Rather more by way of elaboration would have been welcome.
Zahavi notes in his introduction that the term “self” is used in a bewildering
variety of ways in different disciplines, and that it would be helpful to have a
“clarification of the relationship between these sometimes conflicting, sometimes
complementary notions”. In the absence of such a taxonomic clarification we will not be
in a position to evaluate the various “no self” doctrines on offer. Unfortunately, this
promissory note is only partially redeemed. Part of the problem is that it is not entirely
clear how Zahavi intends his own position to be understood – his taxonomic clarifications
do not extend beyond contrasting his own position with the narrative conception of
Ricoeur and MacIntyre, and the Kantian “pure identity-pole”. Philosophical approaches
to the self differ in their aims and motivations. It is possible to adopt a phenomenological
stance, which involves attempting to capture and characterize the subjective
characteristics of the different forms or levels of selfhood. It is also possible to adopt an
ontological approach, and address the question of what kind of thing a self is, with a view
to specifying the sorts of changes it is possible for beings such as ourselves to survive.

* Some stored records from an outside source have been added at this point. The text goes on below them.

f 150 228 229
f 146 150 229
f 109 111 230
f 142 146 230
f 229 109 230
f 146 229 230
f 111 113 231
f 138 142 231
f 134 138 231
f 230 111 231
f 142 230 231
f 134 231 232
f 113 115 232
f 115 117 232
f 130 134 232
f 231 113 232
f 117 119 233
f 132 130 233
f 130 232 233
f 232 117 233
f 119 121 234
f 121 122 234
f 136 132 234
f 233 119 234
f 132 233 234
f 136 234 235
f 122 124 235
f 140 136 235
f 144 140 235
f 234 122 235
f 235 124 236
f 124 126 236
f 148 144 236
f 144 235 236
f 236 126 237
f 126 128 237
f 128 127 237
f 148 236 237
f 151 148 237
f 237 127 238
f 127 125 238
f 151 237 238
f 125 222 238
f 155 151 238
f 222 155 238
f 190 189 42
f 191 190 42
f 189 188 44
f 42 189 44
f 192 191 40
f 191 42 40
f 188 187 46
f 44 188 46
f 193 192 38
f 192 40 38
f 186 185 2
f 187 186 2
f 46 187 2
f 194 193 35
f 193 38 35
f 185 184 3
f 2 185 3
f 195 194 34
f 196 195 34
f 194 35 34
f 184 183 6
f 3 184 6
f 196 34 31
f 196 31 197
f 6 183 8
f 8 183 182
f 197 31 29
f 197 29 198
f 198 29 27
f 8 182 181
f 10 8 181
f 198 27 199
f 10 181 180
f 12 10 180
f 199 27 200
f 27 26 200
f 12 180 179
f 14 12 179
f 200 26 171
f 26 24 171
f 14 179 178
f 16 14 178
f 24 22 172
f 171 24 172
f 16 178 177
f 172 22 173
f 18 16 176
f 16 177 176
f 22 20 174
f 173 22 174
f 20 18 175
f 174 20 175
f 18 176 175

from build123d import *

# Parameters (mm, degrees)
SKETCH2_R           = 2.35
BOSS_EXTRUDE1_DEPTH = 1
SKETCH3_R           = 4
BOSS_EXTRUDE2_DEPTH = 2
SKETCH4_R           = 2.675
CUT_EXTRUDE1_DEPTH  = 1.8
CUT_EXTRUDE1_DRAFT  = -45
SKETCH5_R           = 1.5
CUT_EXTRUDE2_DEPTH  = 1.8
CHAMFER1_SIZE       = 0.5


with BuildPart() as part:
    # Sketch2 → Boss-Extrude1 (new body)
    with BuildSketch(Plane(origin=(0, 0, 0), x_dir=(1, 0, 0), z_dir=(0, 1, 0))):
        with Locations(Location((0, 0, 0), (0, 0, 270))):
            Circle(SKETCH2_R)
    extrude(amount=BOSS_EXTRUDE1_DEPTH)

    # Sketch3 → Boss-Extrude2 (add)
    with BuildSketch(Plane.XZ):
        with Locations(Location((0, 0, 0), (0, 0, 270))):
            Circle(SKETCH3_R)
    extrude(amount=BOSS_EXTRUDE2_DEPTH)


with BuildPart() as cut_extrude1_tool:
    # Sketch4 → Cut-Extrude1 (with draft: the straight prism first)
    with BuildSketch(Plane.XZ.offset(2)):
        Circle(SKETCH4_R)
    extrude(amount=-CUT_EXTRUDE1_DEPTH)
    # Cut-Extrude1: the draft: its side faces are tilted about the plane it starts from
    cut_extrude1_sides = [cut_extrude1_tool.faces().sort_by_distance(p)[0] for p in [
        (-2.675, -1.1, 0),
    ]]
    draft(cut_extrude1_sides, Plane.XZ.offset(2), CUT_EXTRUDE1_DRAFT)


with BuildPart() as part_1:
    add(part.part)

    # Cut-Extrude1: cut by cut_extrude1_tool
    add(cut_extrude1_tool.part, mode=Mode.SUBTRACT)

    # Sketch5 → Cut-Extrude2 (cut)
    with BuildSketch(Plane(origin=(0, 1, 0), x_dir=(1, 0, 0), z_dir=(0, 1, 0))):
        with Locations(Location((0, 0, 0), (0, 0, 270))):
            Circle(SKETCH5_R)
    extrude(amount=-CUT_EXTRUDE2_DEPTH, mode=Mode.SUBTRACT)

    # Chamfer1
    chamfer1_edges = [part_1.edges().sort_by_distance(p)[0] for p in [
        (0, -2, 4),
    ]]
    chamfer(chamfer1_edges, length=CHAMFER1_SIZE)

For much of the time – e.g., when he talks of the self as a “dimension of experience” – it
seems Zahavi is adopting the first approach. But there are also occasions when he seems
to be offering us an ontological account – e.g. commenting on Metzinger’s claim that we
cannot draw any conclusions about the real nature of the self from the character of our
experience he responds “Why should the reality of the self depend on whether it
faithfully mirrors … external (mind-independent) entities? … Why not rather insist that
the self is real if it has experiential reality…?” (128) If Zahavi is offering us an account
of what selves are, it is simple but striking: self-experience is necessary and sufficient for
the existence of a self. The doctrine that we are nothing but experiences (and so do not
exist when non-conscious) is by no means entirely novel – Ayer once defended such a
view, more recently Galen Strawson has done so – but it is certainly radical. In any
event, evaluating what Zahavi has to say about the self would have been easier if it were
clearer just what sort of account he is proposing here.